**DATA UNDER STUDY:**
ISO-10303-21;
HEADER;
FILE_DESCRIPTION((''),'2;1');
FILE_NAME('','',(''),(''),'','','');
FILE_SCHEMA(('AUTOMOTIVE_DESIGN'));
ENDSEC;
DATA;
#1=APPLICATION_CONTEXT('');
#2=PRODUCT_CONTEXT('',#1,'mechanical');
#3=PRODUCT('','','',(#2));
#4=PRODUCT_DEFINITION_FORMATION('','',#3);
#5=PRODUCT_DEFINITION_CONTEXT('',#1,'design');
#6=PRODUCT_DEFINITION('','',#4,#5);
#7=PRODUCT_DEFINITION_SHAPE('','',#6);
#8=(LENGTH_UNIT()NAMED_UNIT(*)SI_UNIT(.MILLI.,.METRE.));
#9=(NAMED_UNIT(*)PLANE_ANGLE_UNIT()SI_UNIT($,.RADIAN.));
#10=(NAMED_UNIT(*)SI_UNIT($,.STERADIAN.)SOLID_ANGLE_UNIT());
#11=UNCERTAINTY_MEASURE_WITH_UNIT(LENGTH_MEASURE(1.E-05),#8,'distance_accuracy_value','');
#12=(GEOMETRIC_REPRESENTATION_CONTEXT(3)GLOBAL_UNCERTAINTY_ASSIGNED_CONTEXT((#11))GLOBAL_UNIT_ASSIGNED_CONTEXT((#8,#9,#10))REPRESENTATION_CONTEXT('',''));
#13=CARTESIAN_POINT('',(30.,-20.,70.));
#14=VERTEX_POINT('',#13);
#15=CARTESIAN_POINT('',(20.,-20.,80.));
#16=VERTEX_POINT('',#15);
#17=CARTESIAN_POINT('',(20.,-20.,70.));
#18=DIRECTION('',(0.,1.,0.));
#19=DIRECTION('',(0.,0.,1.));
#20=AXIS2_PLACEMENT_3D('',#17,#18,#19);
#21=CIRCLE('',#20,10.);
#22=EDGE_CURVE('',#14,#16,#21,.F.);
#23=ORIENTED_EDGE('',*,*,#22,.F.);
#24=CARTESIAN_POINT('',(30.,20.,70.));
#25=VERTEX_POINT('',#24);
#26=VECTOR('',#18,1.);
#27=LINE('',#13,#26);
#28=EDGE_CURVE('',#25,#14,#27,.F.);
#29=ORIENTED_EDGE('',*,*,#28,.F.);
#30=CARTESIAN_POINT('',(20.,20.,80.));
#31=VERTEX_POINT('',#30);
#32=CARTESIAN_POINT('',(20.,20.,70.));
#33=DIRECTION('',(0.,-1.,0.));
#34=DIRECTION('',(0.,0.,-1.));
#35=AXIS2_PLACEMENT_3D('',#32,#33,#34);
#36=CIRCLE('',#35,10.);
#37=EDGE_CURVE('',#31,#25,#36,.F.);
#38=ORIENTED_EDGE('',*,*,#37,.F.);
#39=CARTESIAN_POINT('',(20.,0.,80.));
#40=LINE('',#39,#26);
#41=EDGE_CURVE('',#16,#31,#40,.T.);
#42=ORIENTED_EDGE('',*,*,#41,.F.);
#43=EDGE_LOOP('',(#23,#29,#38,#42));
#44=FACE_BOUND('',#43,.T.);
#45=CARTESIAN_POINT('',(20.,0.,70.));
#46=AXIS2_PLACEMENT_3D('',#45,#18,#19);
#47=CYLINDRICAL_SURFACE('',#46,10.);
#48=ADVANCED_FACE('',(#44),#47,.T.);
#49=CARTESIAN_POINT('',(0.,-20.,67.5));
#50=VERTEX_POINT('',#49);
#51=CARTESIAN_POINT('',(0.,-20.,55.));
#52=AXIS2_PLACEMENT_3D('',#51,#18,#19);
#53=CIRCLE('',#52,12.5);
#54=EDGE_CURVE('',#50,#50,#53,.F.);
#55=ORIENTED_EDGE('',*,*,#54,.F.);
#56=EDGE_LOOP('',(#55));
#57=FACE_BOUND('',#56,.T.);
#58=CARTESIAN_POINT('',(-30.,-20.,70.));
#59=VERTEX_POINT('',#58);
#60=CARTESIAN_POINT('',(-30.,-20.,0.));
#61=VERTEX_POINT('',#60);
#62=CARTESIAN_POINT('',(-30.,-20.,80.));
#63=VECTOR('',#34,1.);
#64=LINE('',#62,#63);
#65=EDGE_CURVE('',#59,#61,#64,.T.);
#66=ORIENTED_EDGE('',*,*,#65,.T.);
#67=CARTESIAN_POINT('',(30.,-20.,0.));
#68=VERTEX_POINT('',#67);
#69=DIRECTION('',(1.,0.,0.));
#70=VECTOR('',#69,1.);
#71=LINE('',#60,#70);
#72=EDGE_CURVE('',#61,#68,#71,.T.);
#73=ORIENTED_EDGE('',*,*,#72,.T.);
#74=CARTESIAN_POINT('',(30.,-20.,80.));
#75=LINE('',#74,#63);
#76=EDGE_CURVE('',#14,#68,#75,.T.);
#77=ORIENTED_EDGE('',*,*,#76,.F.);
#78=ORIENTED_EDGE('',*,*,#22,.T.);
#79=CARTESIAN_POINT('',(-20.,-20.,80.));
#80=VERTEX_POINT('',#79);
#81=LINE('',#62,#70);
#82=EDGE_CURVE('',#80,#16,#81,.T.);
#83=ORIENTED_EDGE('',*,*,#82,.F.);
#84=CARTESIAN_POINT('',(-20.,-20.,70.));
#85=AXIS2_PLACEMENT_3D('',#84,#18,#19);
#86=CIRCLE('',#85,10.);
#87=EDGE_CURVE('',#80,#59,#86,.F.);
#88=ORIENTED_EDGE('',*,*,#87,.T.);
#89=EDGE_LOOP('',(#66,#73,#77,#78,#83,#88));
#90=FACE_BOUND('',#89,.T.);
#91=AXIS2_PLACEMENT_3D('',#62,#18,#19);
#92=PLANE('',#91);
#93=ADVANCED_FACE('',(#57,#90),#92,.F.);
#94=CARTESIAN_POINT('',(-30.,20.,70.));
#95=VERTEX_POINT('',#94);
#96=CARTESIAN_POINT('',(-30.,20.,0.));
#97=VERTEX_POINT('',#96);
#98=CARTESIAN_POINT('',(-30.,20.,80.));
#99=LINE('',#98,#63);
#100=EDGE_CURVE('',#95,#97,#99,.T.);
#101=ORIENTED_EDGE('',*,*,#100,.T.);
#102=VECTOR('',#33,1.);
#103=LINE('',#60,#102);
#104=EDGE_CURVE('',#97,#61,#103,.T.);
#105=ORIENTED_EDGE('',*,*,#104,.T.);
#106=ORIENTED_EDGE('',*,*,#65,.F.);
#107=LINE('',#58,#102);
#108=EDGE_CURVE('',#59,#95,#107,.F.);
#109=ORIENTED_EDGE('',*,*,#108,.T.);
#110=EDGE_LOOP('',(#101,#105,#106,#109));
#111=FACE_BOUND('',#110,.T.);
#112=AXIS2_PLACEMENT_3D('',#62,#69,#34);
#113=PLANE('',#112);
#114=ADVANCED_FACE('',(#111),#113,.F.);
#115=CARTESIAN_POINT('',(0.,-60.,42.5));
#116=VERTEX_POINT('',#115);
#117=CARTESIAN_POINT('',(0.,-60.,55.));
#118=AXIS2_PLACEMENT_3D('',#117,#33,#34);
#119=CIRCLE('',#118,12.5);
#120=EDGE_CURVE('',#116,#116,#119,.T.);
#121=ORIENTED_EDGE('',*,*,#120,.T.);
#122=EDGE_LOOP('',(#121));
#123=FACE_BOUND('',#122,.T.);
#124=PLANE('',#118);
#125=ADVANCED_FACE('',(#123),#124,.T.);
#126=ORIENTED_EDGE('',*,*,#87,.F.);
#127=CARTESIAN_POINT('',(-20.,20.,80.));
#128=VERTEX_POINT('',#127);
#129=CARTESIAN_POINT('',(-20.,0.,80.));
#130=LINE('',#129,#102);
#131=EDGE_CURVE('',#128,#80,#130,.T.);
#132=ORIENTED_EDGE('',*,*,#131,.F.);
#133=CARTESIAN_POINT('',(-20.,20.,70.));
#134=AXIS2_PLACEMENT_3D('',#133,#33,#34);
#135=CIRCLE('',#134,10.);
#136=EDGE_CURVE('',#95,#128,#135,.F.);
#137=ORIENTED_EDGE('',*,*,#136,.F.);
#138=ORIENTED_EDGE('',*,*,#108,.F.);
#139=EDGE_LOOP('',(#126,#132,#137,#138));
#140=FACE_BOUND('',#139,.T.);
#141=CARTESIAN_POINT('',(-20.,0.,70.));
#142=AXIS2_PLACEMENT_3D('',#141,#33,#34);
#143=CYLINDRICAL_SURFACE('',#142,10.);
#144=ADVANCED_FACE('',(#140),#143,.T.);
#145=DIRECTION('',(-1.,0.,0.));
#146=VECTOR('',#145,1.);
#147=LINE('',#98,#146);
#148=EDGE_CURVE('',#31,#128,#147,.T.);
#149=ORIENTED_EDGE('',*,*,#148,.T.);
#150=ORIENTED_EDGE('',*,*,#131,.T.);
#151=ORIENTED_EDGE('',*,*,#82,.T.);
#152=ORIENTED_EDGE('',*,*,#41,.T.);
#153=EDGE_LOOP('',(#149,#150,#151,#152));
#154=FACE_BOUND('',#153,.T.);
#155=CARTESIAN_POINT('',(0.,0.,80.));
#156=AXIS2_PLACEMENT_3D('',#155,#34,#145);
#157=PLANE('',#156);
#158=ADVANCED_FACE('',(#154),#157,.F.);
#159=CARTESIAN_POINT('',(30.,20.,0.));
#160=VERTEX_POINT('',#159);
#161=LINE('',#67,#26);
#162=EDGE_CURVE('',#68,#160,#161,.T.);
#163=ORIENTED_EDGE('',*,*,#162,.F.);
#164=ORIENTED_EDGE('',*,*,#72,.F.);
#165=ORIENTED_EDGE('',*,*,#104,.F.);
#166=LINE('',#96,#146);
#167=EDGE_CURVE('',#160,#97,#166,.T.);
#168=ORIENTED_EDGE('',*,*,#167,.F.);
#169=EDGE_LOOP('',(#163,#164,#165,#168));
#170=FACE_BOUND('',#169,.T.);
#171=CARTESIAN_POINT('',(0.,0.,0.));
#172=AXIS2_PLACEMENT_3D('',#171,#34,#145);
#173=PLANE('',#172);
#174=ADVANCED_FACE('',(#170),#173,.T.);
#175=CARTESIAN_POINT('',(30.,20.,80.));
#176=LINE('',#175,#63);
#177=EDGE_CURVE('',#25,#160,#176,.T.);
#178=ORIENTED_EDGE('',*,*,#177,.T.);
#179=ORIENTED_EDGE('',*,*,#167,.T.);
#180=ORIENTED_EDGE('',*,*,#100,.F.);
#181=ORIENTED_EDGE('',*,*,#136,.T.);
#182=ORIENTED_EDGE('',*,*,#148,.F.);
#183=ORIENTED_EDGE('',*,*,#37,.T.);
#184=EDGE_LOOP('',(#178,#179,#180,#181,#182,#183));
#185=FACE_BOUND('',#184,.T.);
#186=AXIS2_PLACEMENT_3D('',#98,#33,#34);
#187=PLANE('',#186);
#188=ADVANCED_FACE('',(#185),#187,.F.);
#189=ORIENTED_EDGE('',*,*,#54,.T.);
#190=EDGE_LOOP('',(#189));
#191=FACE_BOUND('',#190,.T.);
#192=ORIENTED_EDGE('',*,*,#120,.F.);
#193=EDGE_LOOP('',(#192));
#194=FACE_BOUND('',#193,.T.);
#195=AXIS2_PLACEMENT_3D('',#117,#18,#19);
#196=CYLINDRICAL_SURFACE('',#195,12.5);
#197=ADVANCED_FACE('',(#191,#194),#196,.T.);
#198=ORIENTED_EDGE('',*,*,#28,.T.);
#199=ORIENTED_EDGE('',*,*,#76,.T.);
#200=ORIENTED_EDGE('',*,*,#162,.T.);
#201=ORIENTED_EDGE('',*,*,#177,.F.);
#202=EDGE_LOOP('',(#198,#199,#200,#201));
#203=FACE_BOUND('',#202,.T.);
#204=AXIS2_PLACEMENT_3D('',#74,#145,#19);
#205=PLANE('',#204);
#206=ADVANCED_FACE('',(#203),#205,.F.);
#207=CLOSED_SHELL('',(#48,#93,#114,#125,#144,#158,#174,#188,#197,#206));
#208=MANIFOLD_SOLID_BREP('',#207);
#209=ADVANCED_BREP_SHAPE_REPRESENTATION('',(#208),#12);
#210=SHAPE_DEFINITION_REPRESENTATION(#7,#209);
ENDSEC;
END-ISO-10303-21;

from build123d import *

# Parameters (mm, degrees)
CROQUIS1_W              = 60
CROQUIS1_H              = 40
SALIENTE_EXTRUIR1_DEPTH = 80
REDONDEO1_R             = 10
CROQUIS2_R              = 12.5
SALIENTE_EXTRUIR2_DEPTH = 40


with BuildPart() as part:
    # Croquis1 → Saliente-Extruir1 (new body)
    with BuildSketch(Plane.XY):
        Rectangle(CROQUIS1_W, CROQUIS1_H)
    extrude(amount=SALIENTE_EXTRUIR1_DEPTH)

    # Redondeo1
    redondeo1_edges = [part.edges().sort_by_distance(p)[0] for p in [
        (-30, 0, 80),
        (30, 0, 80),
    ]]
    fillet(redondeo1_edges, radius=REDONDEO1_R)

    # Croquis2 → Saliente-Extruir2 (add)
    with BuildSketch(Plane.XZ.offset(20)):
        with Locations(Location((0, 55, 0), (0, 0, 90))):
            Circle(CROQUIS2_R)
    extrude(amount=SALIENTE_EXTRUIR2_DEPTH)


solid = part.part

**WORK REQUIRED:**
Copy verbatim, from the listing above, each line from the one containing "FILE_SCHEMA(('AUTOMOTIVE_DESIGN'));" down to the one containing "#38=ORIENTED_EDGE('',*,*,#37,.F.);", inclusive.

**PROBLEM SOLUTION:**
FILE_SCHEMA(('AUTOMOTIVE_DESIGN'));
ENDSEC;
DATA;
#1=APPLICATION_CONTEXT('');
#2=PRODUCT_CONTEXT('',#1,'mechanical');
#3=PRODUCT('','','',(#2));
#4=PRODUCT_DEFINITION_FORMATION('','',#3);
#5=PRODUCT_DEFINITION_CONTEXT('',#1,'design');
#6=PRODUCT_DEFINITION('','',#4,#5);
#7=PRODUCT_DEFINITION_SHAPE('','',#6);
#8=(LENGTH_UNIT()NAMED_UNIT(*)SI_UNIT(.MILLI.,.METRE.));
#9=(NAMED_UNIT(*)PLANE_ANGLE_UNIT()SI_UNIT($,.RADIAN.));
#10=(NAMED_UNIT(*)SI_UNIT($,.STERADIAN.)SOLID_ANGLE_UNIT());
#11=UNCERTAINTY_MEASURE_WITH_UNIT(LENGTH_MEASURE(1.E-05),#8,'distance_accuracy_value','');
#12=(GEOMETRIC_REPRESENTATION_CONTEXT(3)GLOBAL_UNCERTAINTY_ASSIGNED_CONTEXT((#11))GLOBAL_UNIT_ASSIGNED_CONTEXT((#8,#9,#10))REPRESENTATION_CONTEXT('',''));
#13=CARTESIAN_POINT('',(30.,-20.,70.));
#14=VERTEX_POINT('',#13);
#15=CARTESIAN_POINT('',(20.,-20.,80.));
#16=VERTEX_POINT('',#15);
#17=CARTESIAN_POINT('',(20.,-20.,70.));
#18=DIRECTION('',(0.,1.,0.));
#19=DIRECTION('',(0.,0.,1.));
#20=AXIS2_PLACEMENT_3D('',#17,#18,#19);
#21=CIRCLE('',#20,10.);
#22=EDGE_CURVE('',#14,#16,#21,.F.);
#23=ORIENTED_EDGE('',*,*,#22,.F.);
#24=CARTESIAN_POINT('',(30.,20.,70.));
#25=VERTEX_POINT('',#24);
#26=VECTOR('',#18,1.);
#27=LINE('',#13,#26);
#28=EDGE_CURVE('',#25,#14,#27,.F.);
#29=ORIENTED_EDGE('',*,*,#28,.F.);
#30=CARTESIAN_POINT('',(20.,20.,80.));
#31=VERTEX_POINT('',#30);
#32=CARTESIAN_POINT('',(20.,20.,70.));
#33=DIRECTION('',(0.,-1.,0.));
#34=DIRECTION('',(0.,0.,-1.));
#35=AXIS2_PLACEMENT_3D('',#32,#33,#34);
#36=CIRCLE('',#35,10.);
#37=EDGE_CURVE('',#31,#25,#36,.F.);
#38=ORIENTED_EDGE('',*,*,#37,.F.);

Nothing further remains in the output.